其他牢房的人都驚呆了,這是怎麽了?好容易劫後重生,怎麽師父上來給了一巴掌呀?

蘇雲濼也懵了,他氣得發抖,一下子沒控制住情緒,可他沒想到慕崢根本不躲,結結實實挨了他一巴掌,挨完也不生氣,一雙深邃的眼眸只是沈默的看他。

道歉是不可能了,可又不知說什麽好,蘇雲濼使勁掙開他的手,鼓著臉頰瞪著眼,氣呼呼的坐到一邊去自行冷靜降溫。

過了一會兒,見他平靜不少,慕崢才慢慢湊過來:“師父生氣了?”

廢話!

蘇雲濼又是一肚子火氣,他多少年都沒有這麽心驚肉跳過了:“你腦子裏在想什麽!跟這種變態有什麽好玩的!直接掀桌會不會啊?把手抽出來和他們拼了會不會呀?那麽多年的刀法你學到狗身上去了?”

慕崢搖搖頭,指指自己的鼻子,暗示是牢中那股槐花香味作怪:“我的氣海失衡,內力無法匯聚,光憑蠻力……”,他瞟了一眼外面的大漢,“我們走不了多遠。
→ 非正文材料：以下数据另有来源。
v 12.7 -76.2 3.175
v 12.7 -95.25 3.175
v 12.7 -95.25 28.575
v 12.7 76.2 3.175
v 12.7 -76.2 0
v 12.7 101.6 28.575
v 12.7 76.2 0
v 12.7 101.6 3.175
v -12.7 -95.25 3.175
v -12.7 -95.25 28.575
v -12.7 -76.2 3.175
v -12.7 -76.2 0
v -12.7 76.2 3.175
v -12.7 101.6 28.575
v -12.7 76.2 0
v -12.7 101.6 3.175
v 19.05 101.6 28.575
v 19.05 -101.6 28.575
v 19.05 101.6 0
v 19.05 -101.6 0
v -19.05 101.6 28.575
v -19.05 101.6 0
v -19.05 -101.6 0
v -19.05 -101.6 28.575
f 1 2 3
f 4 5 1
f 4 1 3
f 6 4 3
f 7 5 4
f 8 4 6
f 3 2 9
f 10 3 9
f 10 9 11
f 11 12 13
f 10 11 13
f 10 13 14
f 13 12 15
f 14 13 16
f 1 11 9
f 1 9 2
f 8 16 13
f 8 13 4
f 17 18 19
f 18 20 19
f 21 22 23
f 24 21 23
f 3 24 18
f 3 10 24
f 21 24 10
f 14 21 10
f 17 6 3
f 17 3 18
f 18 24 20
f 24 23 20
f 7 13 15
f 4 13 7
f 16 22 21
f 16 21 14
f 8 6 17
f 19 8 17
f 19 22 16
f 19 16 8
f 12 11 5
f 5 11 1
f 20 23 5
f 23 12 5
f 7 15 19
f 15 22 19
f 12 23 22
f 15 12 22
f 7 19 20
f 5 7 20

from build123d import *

# Parameters (mm, degrees)
F0_W     = 38.1
F0_H     = 203.2
F1_DEPTH = 3.175
F2_W     = 6.35
F2_H     = 196.85
F2_H_2   = 6.35
F2_W_2   = 25.4
F3_DEPTH = 25.4
F4_W     = 25.4
F4_H     = 152.4
F5_DEPTH = 3.176


with BuildPart() as f1:
    # F0 (on Top) → F1 (new body)
    with BuildSketch(Plane.XY):
        Rectangle(F0_W, F0_H)
    extrude(amount=F1_DEPTH)

    # F2 (on face) → F3 (join)
    with BuildSketch(Plane.XY.offset(3.175)):
        with Locations((-15.875, 3.175)):
            Rectangle(F2_W, F2_H)
        with Locations((-15.875, -98.425)):
            Rectangle(F2_W, F2_H_2)
        with Locations((0, -98.425)):
            Rectangle(F2_W_2, F2_H_2)
        with Locations((15.875, -98.425)):
            Rectangle(F2_W, F2_H_2)
        with Locations((15.875, 3.175)):
            Rectangle(F2_W, F2_H)
    extrude(amount=F3_DEPTH)

    # F4 (on face) → F5 (cut, through all)
    with BuildSketch(Plane.XY.offset(3.175)):
        Rectangle(F4_W, F4_H)
    extrude(amount=-F5_DEPTH, mode=Mode.SUBTRACT)


solid = f1.part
”

蘇雲濼:“這屋裏的香味威力這麽大嗎?那剛進來時你為什麽不說?”

慕崢神情無辜:“我當時沒感覺不對勁,發現時已經晚了。”

蘇雲濼:“……”

就這還有臉號稱北域年輕一代中的傑出高手?

蘇雲濼:“那現在怎麽辦?”

慕崢暫時也沒辦法:“走一步看一步吧,暫時還不明白他的目的,我們……”

蘇雲濼沒好氣的把湊過來的慕崢踹到一邊去:“還不明白他的目的?你看不出來那個變態就是在玩我們嗎?鬼知道他什麽心理毛病喜歡折騰師徒,還特麽凈問一些……一些……正常人誰會註意這些亂七八糟的啊?”
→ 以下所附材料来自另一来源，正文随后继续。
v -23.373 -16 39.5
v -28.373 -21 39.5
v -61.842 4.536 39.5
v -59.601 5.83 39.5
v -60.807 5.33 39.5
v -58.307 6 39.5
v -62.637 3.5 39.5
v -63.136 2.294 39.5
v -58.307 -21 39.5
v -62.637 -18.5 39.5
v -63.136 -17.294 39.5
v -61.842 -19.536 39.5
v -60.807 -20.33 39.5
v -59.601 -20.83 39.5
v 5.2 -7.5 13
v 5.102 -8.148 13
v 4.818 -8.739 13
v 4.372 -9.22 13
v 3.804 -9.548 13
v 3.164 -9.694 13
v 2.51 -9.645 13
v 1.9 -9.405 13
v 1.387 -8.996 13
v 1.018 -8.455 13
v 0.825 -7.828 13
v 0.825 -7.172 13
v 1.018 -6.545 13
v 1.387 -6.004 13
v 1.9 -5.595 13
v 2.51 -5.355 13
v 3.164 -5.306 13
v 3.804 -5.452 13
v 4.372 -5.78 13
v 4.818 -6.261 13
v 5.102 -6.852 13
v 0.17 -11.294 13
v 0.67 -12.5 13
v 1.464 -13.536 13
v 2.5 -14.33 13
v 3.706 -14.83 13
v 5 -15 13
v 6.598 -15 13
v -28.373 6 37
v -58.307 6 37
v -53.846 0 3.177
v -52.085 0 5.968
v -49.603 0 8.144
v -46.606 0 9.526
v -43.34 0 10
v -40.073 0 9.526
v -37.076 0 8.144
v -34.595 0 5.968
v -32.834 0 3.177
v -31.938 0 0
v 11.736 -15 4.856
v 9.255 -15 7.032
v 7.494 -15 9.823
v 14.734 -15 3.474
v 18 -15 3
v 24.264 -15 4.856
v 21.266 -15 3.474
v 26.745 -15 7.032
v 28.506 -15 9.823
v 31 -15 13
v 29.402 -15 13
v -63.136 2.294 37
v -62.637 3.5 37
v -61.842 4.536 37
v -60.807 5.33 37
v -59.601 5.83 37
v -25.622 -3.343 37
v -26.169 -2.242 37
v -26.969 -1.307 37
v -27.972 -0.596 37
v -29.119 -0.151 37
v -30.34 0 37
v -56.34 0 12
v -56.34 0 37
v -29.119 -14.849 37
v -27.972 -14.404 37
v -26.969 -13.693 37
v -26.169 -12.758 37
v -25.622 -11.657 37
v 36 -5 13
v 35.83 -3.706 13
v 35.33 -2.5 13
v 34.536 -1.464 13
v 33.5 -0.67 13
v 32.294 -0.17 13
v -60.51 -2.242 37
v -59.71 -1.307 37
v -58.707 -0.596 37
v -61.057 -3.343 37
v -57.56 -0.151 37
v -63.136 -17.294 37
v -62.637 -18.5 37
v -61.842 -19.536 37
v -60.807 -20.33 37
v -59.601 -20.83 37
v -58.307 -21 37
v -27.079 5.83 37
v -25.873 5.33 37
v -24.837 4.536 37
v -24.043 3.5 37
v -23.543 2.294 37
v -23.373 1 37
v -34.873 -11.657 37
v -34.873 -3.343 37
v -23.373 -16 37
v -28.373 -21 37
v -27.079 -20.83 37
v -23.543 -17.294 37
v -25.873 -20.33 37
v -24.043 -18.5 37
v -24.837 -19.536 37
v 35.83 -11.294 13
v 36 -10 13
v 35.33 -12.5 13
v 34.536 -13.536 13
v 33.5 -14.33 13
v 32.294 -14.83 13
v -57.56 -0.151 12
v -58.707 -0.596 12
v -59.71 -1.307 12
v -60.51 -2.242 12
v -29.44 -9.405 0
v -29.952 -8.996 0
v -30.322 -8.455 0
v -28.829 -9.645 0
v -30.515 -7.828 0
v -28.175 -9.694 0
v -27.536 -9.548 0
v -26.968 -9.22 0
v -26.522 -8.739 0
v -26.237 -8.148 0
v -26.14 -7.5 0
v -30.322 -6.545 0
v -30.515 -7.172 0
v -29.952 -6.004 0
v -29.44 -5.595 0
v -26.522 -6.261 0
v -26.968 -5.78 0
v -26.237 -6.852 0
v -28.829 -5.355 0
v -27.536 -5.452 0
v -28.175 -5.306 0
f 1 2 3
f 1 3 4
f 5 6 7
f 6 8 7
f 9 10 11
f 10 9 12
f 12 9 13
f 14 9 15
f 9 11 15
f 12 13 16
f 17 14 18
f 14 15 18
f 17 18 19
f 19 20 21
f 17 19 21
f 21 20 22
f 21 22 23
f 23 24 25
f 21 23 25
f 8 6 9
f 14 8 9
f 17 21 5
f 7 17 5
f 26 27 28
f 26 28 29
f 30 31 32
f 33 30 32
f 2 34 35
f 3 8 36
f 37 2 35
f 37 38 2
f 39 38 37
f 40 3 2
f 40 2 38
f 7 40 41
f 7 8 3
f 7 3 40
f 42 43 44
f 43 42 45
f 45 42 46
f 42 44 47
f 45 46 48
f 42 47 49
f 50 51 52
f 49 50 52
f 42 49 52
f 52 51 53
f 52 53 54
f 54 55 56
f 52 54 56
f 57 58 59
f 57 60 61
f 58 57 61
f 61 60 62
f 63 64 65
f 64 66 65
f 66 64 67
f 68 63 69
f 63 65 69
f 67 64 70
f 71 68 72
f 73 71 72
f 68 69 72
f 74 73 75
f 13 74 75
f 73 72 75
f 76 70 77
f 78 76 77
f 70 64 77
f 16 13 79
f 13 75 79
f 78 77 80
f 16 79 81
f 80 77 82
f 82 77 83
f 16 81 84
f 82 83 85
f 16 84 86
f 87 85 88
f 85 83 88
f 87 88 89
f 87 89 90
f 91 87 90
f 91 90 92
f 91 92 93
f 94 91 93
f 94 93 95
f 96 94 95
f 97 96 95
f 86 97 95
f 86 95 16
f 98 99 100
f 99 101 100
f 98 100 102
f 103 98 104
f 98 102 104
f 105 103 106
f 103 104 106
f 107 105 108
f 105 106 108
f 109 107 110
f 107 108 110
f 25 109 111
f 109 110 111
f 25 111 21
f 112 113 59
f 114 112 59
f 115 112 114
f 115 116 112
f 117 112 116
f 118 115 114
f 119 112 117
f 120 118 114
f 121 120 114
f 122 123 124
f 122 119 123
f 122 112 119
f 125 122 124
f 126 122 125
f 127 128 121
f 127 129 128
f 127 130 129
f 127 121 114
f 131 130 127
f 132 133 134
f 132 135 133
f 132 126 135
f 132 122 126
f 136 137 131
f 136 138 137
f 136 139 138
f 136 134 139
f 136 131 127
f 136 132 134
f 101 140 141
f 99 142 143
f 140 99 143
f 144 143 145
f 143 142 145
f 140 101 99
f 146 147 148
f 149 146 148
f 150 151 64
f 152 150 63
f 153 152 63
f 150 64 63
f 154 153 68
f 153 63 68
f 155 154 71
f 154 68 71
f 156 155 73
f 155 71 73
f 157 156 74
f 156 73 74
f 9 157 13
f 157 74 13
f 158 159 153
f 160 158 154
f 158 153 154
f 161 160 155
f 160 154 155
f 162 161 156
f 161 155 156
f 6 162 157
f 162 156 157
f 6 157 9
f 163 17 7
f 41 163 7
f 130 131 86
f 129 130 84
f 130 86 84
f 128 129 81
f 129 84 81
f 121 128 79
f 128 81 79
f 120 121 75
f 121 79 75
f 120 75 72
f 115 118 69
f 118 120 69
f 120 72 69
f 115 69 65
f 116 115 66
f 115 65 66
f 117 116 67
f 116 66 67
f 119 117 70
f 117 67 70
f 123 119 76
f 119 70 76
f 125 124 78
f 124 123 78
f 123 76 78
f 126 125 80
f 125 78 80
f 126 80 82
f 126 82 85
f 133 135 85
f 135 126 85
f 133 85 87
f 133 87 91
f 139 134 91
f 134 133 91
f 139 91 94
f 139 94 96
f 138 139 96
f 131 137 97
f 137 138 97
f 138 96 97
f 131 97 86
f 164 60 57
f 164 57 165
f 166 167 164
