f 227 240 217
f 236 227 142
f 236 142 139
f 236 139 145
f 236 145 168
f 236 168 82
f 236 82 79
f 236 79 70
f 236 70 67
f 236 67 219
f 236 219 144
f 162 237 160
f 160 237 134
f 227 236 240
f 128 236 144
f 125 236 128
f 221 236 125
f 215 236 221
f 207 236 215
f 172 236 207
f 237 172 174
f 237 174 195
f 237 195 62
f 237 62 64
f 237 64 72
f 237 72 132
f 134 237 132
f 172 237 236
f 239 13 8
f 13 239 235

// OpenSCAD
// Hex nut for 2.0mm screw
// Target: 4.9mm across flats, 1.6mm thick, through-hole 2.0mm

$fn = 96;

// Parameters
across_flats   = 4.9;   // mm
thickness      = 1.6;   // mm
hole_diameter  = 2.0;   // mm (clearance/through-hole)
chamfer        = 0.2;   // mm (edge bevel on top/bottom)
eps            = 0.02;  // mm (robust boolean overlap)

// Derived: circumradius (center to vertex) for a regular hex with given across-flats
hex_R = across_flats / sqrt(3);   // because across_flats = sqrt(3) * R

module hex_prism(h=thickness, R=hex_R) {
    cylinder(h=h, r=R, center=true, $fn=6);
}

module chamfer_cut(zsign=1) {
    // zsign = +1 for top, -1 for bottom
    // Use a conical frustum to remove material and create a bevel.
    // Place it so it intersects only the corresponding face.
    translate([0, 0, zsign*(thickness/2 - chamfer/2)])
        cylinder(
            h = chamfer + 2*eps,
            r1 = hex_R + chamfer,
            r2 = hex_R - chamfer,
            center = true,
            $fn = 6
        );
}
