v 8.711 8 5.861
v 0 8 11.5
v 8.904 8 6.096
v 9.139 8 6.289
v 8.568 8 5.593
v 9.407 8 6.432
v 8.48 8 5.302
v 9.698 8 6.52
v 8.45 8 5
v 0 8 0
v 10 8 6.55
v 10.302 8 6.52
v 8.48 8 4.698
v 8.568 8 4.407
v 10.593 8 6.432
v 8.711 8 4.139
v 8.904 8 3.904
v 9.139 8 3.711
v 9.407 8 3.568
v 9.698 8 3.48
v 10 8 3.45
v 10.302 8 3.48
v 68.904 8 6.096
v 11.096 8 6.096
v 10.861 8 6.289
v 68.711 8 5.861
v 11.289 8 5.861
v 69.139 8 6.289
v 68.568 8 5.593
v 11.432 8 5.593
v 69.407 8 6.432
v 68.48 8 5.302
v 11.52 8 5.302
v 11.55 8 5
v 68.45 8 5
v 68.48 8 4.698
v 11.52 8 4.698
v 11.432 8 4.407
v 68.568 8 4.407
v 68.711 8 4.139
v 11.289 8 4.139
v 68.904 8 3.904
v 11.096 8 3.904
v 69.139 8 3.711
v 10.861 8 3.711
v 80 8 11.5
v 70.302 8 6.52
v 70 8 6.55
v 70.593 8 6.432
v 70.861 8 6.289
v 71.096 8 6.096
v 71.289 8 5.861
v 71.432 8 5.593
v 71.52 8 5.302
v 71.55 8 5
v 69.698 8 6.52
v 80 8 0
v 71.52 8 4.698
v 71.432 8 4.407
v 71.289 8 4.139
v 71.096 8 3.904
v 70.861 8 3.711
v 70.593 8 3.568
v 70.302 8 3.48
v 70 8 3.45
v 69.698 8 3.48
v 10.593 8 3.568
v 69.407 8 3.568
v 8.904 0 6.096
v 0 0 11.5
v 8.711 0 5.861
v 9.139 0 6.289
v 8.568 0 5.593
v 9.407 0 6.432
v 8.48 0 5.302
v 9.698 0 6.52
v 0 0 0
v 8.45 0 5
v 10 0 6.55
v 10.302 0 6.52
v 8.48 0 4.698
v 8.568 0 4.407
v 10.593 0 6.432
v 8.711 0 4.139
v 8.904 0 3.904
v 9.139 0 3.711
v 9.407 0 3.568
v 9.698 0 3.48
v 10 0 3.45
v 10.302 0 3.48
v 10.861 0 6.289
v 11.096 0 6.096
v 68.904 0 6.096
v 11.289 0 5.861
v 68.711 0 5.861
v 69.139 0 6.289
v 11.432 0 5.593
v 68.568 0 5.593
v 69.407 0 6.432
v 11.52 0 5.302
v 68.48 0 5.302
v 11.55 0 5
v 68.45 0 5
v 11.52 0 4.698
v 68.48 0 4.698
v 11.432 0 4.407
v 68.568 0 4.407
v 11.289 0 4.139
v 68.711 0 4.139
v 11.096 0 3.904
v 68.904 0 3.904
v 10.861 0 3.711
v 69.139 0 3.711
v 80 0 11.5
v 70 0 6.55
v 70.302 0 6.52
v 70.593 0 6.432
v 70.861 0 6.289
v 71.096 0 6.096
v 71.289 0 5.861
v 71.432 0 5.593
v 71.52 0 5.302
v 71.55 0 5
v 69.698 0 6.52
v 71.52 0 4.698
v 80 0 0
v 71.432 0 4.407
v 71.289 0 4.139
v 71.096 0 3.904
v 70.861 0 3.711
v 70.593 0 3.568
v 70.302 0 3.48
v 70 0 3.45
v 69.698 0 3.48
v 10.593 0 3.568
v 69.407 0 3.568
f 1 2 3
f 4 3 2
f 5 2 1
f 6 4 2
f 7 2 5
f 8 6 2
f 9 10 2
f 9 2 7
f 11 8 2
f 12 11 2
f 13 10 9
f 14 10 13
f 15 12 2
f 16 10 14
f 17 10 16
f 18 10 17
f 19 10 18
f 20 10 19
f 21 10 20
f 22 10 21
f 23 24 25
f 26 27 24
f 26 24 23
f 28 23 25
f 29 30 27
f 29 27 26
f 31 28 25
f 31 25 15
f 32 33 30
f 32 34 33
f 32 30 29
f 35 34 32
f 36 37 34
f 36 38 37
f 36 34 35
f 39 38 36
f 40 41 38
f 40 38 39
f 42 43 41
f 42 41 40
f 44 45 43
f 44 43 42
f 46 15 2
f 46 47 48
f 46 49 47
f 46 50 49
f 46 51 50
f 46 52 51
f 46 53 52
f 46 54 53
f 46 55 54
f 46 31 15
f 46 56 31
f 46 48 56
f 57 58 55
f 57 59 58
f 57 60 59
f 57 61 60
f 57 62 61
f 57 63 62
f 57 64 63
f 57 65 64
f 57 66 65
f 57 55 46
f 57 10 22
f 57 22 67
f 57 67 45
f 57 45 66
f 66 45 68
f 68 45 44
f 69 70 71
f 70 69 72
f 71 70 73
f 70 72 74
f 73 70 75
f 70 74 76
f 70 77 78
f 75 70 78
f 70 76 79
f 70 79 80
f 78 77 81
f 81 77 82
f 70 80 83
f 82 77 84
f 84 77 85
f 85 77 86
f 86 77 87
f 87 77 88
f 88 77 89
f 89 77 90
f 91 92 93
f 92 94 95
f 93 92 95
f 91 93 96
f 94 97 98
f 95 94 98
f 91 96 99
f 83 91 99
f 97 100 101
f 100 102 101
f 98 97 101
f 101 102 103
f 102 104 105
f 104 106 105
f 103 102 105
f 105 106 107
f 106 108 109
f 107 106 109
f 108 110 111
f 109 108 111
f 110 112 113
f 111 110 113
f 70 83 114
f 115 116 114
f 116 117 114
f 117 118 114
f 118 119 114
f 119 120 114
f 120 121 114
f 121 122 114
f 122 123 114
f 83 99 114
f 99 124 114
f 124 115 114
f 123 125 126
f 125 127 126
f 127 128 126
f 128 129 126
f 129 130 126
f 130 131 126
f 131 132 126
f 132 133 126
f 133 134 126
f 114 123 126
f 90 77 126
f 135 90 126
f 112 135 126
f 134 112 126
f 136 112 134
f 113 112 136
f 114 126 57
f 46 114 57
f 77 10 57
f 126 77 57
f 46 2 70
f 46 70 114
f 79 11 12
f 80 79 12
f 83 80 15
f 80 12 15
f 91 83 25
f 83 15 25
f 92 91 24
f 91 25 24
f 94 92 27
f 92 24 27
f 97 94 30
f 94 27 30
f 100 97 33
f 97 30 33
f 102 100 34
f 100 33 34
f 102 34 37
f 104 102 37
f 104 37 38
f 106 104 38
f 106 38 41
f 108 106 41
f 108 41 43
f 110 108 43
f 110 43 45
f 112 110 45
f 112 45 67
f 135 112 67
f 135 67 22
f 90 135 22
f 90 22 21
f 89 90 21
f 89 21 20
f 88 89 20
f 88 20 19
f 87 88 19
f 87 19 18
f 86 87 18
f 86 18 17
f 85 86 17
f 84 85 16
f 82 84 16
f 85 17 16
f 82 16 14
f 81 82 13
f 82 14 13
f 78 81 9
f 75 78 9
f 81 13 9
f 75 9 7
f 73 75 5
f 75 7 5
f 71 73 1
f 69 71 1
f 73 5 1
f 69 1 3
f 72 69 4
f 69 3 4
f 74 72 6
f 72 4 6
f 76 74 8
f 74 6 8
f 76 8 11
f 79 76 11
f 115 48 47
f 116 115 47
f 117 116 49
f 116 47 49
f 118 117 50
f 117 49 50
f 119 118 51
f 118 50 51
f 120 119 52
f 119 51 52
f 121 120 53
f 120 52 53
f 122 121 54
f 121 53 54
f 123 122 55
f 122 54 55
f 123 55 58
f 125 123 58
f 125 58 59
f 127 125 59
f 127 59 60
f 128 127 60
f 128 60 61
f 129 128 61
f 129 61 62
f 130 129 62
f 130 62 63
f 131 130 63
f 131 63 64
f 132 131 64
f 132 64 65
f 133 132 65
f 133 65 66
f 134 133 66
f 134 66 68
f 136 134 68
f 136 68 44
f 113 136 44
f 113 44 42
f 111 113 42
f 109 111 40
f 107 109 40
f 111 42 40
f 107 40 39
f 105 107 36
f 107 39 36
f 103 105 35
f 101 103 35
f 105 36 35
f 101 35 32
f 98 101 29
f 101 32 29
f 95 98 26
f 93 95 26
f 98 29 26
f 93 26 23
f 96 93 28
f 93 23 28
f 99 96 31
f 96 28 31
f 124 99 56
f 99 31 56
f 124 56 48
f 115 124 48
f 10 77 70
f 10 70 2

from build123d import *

# Parameters (mm, degrees)
SKETCH_1_W          = 80
SKETCH_1_H          = 8
EXTRUDE_1_DEPTH     = 11.5
CUT_EXTRUDE_1_REACH = 83.217
SKETCH_2_R          = 1.55


with BuildPart() as part:
    # 草图1 → 凸台-拉伸1 (new body)
    with BuildSketch(Plane.XY):
        with Locations((40, 4)):
            Rectangle(SKETCH_1_W, SKETCH_1_H)
    extrude(amount=EXTRUDE_1_DEPTH)

    # 草图2 → 切除-拉伸1 (cut, up to next)
    with BuildSketch(Plane(origin=(0, 8, 0), x_dir=(1, 0, 0), z_dir=(0, 1, 0)), mode=Mode.PRIVATE) as cut_extrude_1_sk1:
        with Locations(Location((10, -5, 0), (0, 0, 270))):
            Circle(SKETCH_2_R)
    cut_extrude_1_tool1 = extrude(cut_extrude_1_sk1.sketch, amount=-CUT_EXTRUDE_1_REACH, mode=Mode.PRIVATE) & part.part
    # 草图2 → 切除-拉伸1 (cut, up to next)
    with BuildSketch(Plane(origin=(0, 8, 0), x_dir=(1, 0, 0), z_dir=(0, 1, 0)), mode=Mode.PRIVATE) as cut_extrude_1_sk2:
        with Locations(Location((70, -5, 0), (0, 0, 270))):
            Circle(SKETCH_2_R)
    cut_extrude_1_tool2 = extrude(cut_extrude_1_sk2.sketch, amount=-CUT_EXTRUDE_1_REACH, mode=Mode.PRIVATE) & part.part
    add(cut_extrude_1_tool1.solids().sort_by_distance((10, 8, 5))[0], mode=Mode.SUBTRACT)
    add(cut_extrude_1_tool2.solids().sort_by_distance((70, 8, 5))[0], mode=Mode.SUBTRACT)


solid = part.part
說起這個他就生氣,不顧手上細密的小傷口,一把揪住慕崢的臉使勁捏:“你個兔崽子還讓我信你!我怎麽信你!啊?他媽的老子自己都不知道自己脖子上有什麽!從第一個問題就聽得出他是在故意刁難了,你還敢應下去!你還讓老子信你!萬一他問的是老子屁股上有什麽東西呢?你他媽答得出來嗎!答不出來你就準備白送他一只手嗎!”

慕崢臉型瘦削,沒什麽肉,揉捏的手感甚差,蘇雲濼更加生氣,扯著他的臉皮使勁往兩邊拽。

慕崢任由師父在臉上揉來搓去,艱難的開口道:“這個確實沒想到。”

蘇雲濼登時七竅生煙,正要發難,卻聽慕崢極順暢的接著說道:“不如師父先讓我看一看?”

蘇雲濼:“……”

“看你大爺!”失去內力的蘇判官虎威不減,一巴掌將慕崢拍到一邊去,氣呼呼的自己找了個角落縮著。

見他確實不開心,慕崢便沒有再黏上來,任由他自己蹲了一會兒,結果又想起什麽,忍不住跑過來重新扯著慕崢的臉問:“你給他們提了什麽條件?既然是獎賞,你為什麽不讓他們直接放我們出去?”

慕崢好脾氣的任他扯臉:“我覺得這個條件他們不會答應。”

蘇雲濼奇怪:“那你提的什麽?”

慕崢猶豫了一下,道:“等一下您就知道了。”

蘇雲濼吊起眉梢:“哎呀!還給老子賣關子?”

慕崢老實道:“不,我是覺得如果現在告訴您,您又要生氣。”

蘇雲濼瞇起眼睛,心中越發覺得不對勁。

待大門關閉,過了許久又開啟,只見一個身姿小巧的女傭一手舉著燭臺,一手端著碗熱騰騰的藥湯慢慢走進來。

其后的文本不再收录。